The study, “Ambulatory function in spinal muscular atrophy: Age-related patterns of progression,” was published in the journal Plos One.
Type 3 SMA, also known as Kugelberg-Welander disease, is a milder form of SMA. Muscle weakness in type 3 SMA mainly affects patients’ limb movements, and children are generally able to stand and walk. These abilities decrease over time, however.
Symptoms usually appear between 18 months and early teens. Symptom onset before age 3 is classified as type 3A SMA, and onset at later ages as type 3B — considered a milder SMA subtype.
“While SMA is thought to be a largely stable disorder, recent studies have highlighted different rates of progression based on age and function,” researchers wrote.
In patients who cannot walk, gross motor function improves until about age 5, then worsens until about age 15, followed by a relatively stable phase in late adolescence and adulthood.
While ambulatory patients (those able to walk) have a similar disease progression to that of non-ambulatory patients, a more specific assessment may be necessary to identify changes in walking function.
Researchers used data from three prospective natural history studies to evaluate changes in walking ability in 73 individuals (40 males and 33 females) with type 3 SMA who were able to walk without support for at least 10 meters.
The team used the the six-minute walk test (6MWT), a valid and reliable functional assessment that measures the distance a person can walk in six minutes.
While the 6MWT was initially developed to evaluate functional exercise capacity in heart- and lung-associated diseases, it has become a valuable and reliable test to measure functional walking ability in SMA patients.
Fifty-two patients (71%) had SMA type 3A and 21 (29%) had type 3B — most of them males (85.7%). Participants were followed-up for six months to nine years, and their ages ranged from 2.6 to 49.1, with a mean age of 13.5.
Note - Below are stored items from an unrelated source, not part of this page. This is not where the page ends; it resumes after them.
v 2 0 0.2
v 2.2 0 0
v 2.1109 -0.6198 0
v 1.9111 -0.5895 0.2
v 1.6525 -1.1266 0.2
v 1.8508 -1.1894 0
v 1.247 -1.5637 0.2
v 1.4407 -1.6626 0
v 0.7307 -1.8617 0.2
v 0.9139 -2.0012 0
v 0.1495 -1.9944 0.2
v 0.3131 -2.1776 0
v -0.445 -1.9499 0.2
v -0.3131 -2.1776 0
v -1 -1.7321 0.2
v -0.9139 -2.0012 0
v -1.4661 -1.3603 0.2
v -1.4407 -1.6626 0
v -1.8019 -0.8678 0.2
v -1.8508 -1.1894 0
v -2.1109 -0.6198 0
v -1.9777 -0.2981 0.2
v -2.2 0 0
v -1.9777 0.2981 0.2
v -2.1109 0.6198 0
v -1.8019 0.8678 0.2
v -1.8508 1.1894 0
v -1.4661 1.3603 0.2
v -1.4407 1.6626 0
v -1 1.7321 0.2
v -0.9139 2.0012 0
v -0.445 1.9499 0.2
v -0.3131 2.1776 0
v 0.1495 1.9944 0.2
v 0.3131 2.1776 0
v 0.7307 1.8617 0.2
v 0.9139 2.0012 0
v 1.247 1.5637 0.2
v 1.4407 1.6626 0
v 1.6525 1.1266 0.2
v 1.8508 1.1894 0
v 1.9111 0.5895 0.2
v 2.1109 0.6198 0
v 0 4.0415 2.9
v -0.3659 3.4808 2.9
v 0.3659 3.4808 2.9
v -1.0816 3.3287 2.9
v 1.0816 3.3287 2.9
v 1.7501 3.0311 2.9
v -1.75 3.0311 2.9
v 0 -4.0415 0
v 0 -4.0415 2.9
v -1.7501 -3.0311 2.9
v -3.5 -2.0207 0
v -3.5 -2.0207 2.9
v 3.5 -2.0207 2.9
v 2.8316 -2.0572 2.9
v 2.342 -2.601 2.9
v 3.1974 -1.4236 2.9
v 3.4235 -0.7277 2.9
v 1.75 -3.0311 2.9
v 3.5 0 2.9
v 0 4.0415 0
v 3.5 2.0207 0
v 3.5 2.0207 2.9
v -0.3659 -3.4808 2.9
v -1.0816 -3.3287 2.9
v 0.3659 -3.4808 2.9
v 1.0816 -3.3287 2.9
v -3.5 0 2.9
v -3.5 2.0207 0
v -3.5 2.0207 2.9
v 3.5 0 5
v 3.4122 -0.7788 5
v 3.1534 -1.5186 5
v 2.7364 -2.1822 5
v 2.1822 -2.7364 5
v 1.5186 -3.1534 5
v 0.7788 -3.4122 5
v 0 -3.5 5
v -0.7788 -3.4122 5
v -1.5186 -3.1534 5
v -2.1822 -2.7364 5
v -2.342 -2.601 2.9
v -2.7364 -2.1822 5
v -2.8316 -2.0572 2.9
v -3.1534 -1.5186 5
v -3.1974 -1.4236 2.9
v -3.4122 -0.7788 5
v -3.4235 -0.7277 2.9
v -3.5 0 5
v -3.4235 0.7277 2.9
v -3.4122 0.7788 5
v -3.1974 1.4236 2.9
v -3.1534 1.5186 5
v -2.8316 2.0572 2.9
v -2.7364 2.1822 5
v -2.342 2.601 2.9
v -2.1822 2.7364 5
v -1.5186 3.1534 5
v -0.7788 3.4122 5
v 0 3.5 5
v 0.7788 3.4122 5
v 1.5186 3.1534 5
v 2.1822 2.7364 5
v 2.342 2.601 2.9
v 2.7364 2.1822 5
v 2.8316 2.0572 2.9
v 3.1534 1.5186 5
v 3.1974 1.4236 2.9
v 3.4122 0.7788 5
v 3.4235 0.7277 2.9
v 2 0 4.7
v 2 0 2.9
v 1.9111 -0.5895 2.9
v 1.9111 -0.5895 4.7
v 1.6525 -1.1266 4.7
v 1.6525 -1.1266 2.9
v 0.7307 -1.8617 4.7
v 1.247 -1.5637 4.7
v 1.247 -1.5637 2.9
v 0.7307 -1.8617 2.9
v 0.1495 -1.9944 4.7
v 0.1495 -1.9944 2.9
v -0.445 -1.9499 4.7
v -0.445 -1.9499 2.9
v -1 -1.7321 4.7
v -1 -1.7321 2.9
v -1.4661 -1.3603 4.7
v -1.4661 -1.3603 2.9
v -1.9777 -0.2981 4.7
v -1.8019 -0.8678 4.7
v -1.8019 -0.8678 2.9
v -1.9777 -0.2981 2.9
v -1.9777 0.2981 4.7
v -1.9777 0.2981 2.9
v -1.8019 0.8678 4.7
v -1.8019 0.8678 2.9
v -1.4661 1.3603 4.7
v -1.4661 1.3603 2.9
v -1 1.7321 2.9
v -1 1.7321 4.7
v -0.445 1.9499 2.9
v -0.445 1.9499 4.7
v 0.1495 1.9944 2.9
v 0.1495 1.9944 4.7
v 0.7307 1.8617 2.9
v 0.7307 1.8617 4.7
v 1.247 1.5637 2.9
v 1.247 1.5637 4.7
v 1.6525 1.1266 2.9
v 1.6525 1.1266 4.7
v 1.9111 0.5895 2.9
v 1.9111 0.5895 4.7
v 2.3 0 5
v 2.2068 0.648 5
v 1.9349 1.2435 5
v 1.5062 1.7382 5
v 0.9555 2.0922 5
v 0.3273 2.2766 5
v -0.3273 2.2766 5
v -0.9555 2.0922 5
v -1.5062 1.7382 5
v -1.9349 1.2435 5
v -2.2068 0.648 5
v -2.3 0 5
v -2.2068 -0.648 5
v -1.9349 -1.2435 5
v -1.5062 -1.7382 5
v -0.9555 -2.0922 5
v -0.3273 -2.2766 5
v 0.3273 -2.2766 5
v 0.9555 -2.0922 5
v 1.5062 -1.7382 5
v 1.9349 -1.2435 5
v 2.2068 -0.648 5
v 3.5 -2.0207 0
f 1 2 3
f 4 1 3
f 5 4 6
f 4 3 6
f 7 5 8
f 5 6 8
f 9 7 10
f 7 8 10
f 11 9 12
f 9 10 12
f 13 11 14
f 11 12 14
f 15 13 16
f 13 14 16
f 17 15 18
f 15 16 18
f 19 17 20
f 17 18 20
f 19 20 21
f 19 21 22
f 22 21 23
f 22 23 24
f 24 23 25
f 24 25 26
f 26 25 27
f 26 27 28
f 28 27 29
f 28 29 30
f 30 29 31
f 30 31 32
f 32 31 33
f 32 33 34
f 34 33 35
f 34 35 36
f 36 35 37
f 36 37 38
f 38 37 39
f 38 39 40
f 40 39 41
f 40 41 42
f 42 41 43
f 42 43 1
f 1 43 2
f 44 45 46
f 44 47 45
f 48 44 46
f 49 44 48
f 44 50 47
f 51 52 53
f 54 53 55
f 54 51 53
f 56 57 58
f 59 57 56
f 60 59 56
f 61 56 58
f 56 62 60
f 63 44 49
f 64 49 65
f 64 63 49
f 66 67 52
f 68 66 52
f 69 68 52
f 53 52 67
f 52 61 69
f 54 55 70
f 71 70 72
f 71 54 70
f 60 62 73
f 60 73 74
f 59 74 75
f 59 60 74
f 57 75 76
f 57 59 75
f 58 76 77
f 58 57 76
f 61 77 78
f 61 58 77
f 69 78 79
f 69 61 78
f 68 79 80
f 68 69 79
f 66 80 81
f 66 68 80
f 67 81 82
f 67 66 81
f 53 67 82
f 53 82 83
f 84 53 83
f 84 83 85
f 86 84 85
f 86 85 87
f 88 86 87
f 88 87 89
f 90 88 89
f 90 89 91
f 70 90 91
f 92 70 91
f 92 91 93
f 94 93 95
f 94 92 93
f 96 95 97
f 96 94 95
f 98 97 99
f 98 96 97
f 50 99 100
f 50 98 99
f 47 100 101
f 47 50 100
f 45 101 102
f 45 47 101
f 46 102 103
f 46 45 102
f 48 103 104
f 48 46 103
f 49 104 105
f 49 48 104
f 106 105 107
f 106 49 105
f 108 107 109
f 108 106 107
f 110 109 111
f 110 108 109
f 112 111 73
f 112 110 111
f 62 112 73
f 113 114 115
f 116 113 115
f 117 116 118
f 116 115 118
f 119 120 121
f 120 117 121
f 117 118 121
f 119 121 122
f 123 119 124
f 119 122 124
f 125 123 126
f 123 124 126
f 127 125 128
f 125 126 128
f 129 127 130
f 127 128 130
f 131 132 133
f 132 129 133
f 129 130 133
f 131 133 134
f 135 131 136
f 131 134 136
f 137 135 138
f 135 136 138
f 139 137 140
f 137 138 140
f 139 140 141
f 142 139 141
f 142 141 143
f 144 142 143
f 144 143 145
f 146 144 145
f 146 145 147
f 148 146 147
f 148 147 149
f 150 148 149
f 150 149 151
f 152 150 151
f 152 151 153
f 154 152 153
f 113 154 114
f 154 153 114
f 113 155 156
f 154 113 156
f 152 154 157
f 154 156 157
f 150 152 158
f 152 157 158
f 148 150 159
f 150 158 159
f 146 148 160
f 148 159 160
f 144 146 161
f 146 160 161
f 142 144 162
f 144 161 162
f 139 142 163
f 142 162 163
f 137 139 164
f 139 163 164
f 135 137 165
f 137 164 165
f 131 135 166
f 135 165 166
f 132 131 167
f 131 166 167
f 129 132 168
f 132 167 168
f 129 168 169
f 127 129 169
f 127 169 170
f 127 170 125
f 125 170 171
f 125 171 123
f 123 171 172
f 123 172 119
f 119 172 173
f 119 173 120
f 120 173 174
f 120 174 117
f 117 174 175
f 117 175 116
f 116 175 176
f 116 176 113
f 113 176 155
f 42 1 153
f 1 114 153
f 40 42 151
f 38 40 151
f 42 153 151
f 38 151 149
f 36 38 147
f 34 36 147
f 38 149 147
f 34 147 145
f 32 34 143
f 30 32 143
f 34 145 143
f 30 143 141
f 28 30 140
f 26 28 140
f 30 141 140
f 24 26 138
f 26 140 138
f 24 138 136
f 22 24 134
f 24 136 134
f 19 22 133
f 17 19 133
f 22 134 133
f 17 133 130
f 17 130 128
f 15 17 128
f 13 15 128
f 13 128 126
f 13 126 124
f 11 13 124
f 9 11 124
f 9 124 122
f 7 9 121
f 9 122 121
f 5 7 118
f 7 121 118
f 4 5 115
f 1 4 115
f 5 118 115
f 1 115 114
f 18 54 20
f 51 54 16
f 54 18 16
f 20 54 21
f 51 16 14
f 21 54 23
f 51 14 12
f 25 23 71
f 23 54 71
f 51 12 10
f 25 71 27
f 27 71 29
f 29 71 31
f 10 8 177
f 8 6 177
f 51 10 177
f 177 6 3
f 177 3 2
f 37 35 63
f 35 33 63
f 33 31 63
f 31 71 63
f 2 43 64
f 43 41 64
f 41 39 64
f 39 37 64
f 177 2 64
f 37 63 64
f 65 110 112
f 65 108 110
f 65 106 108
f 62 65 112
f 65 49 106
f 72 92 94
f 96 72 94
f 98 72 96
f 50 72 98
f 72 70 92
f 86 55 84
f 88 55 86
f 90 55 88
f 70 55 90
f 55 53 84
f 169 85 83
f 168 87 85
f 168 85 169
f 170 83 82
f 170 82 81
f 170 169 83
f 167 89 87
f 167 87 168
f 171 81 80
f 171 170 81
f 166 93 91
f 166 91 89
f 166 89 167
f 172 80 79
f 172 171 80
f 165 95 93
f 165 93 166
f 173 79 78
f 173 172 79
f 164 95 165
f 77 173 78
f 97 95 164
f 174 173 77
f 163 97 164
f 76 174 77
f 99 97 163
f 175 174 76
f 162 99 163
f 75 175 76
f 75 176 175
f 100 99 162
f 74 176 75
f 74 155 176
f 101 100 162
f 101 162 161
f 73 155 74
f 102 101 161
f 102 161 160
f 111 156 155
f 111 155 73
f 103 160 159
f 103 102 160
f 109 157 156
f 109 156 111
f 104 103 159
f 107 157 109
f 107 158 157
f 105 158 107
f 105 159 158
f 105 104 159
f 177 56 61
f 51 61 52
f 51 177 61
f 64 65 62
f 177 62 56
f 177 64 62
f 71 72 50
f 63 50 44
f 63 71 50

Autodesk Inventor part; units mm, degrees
ref_plane "YZ Plane" through (0, 0, 0) normal (1, 0, 0) x (0, 1, 0)
ref_plane "XZ Plane" through (0, 0, 0) normal (0, 1, 0) x (-1, 0, 0)
ref_plane "XY Plane" through (0, 0, 0) normal (0, 0, 1) x (1, 0, 0)
sketch "Sketch1" plane through (0, 0, 0) normal (0, 0, 1) x (1, 0, 0)
  line L0 (0, 4.0415) -> (3.5, 2.0207)
  line L1 (3.5, 2.0207) -> (3.5, -2.0207)
  line L2 (3.5, -2.0207) -> (0, -4.0415)
  line L3 (0, -4.0415) -> (-3.5, -2.0207)
  line L4 (-3.5, -2.0207) -> (-3.5, 2.0207)
  line L5 (-3.5, 2.0207) -> (0, 4.0415)
  point P0 (0, 0)
  point P1 (0, 0)
  dimension "d0" = 7
extrude "Extrusion1" add sketch "Sketch1" along normal blind 2.9
sketch "Sketch2" plane through (0, 0, 2.9) normal (0, 0, 1) x (1, 0, 0)
  circle A0 centre (0, 0) radius 2
  dimension "d3" = 4
extrude "Extrusion2" cut sketch "Sketch2" against normal blind 5
sketch "Sketch3" plane through (0, 0, 2.9) normal (0, 0, 1) x (1, 0, 0)
  circle A0 centre (0, 0) radius 3.5
  circle A1 centre (0, 0) radius 2 projected
extrude "Extrusion3" add sketch "Sketch3" along normal blind 2.1
chamfer "Chamfer1" distance 0.2 angle 45 1 edges at (-2, 0, 0)
thread "Thread1" size "M4x0.7" class "6H" standard "ANSI Metric M Profile" length 4
chamfer "Chamfer2" distance 0.3 angle 45 1 edges at (-2, 0, 5)
properties part number "P88044_Nylor_Nut_M4"
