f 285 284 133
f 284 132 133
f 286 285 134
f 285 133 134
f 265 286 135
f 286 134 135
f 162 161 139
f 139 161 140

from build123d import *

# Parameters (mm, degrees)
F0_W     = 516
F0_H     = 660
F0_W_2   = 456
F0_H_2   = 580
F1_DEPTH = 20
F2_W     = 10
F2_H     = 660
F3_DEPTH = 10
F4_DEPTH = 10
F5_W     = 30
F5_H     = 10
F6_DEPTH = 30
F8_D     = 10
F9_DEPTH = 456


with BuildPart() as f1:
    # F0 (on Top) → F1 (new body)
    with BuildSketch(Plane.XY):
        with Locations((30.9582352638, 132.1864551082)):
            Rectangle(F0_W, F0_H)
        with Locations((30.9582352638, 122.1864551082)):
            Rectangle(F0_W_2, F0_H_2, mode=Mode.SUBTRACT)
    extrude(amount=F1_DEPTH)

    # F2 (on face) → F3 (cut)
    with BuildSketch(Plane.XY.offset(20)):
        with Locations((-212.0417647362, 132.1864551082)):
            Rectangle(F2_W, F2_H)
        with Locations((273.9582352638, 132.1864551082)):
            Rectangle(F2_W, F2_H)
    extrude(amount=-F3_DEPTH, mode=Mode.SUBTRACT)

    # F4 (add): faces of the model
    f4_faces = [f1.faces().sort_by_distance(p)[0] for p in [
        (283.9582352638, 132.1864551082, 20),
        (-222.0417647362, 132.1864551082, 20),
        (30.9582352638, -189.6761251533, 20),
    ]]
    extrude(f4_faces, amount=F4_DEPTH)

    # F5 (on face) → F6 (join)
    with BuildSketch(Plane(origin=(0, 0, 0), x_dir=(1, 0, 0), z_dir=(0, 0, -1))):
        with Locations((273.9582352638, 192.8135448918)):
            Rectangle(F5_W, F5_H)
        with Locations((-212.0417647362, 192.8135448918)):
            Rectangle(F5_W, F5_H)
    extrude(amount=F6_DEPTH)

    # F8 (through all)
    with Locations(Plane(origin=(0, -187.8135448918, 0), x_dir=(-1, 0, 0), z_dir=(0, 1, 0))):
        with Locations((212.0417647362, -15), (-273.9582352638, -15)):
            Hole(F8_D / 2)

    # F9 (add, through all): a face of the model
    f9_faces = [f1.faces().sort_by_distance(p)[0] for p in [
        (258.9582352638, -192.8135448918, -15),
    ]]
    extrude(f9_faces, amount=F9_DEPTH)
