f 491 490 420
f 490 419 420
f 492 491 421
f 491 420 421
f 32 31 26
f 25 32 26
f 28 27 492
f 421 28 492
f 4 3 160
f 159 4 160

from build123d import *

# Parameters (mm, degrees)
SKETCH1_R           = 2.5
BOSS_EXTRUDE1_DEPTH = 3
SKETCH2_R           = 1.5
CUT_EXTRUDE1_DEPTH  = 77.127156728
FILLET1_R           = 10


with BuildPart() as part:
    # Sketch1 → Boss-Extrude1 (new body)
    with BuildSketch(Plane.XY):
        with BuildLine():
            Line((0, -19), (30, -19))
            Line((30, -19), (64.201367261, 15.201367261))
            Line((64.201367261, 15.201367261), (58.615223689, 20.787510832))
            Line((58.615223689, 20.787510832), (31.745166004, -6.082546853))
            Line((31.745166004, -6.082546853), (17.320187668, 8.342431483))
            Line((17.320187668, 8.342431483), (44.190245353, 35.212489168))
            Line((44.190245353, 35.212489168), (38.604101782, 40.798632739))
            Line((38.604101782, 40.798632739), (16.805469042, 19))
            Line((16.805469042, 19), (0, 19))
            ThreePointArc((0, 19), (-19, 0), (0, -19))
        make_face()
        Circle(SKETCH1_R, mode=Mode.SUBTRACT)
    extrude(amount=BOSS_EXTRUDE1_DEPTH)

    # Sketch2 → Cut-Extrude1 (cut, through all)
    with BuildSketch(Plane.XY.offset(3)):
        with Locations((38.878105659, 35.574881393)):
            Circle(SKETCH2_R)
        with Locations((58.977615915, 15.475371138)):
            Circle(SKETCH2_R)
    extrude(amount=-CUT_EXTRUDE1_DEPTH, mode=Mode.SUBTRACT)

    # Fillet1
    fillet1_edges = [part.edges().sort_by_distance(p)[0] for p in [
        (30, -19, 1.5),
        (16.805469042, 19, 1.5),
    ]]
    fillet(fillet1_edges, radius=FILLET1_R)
During the first 6MWT, type 3B SMA patients walked significantly farther than those with type 3A, suggesting a stronger impairment in walking ability in type 3A patients. However, no significant differences between these two groups in terms of changes in walking ability were observed over time.
Overall, patients lost a mean of 7.8 meters per year on the 6MWT, but the annual rate of change significantly differed by age group. Walking ability improved until about age 6 (by 9.8 meters per year), then slowly declined until adolescence with a loss of 7.9 meters a year between the ages of 6-10.
The ability to walk strongly deteriorated during adolescence with a loss of 20.8 meters per year, and slowly declined again through adulthood with a loss of 9.7 meters per year.
“Ambulant SMA patients have [improved] walking ability until about age 6 years, a slowly declining phase until adolescence, then a steeper decline around puberty and until age 20 years, after which there is another slowly declining phase through adulthood,” researchers wrote.
The age around puberty appeared to be the most vulnerable period in ambulant patients, with researchers hypothesizing that weight gain and growth associated with puberty could contribute toward a greater decline in walking capacity.
“For clinical trials, stabilization of 6MWT distance in this population may therefore indicate an important therapeutic benefit,” researchers wrote.
“With the availability of a disease modifying therapy and additional emerging therapeutic interventions in development or clinical trials, the potential for a new treated SMA phenotype is possible,” they added.
They emphasized that when designing future clinical trials with SMA patients, it is important to understand the natural history of the disease and identify disease trajectories as measured by the 6MWT to better interpret patients’ response to treatment.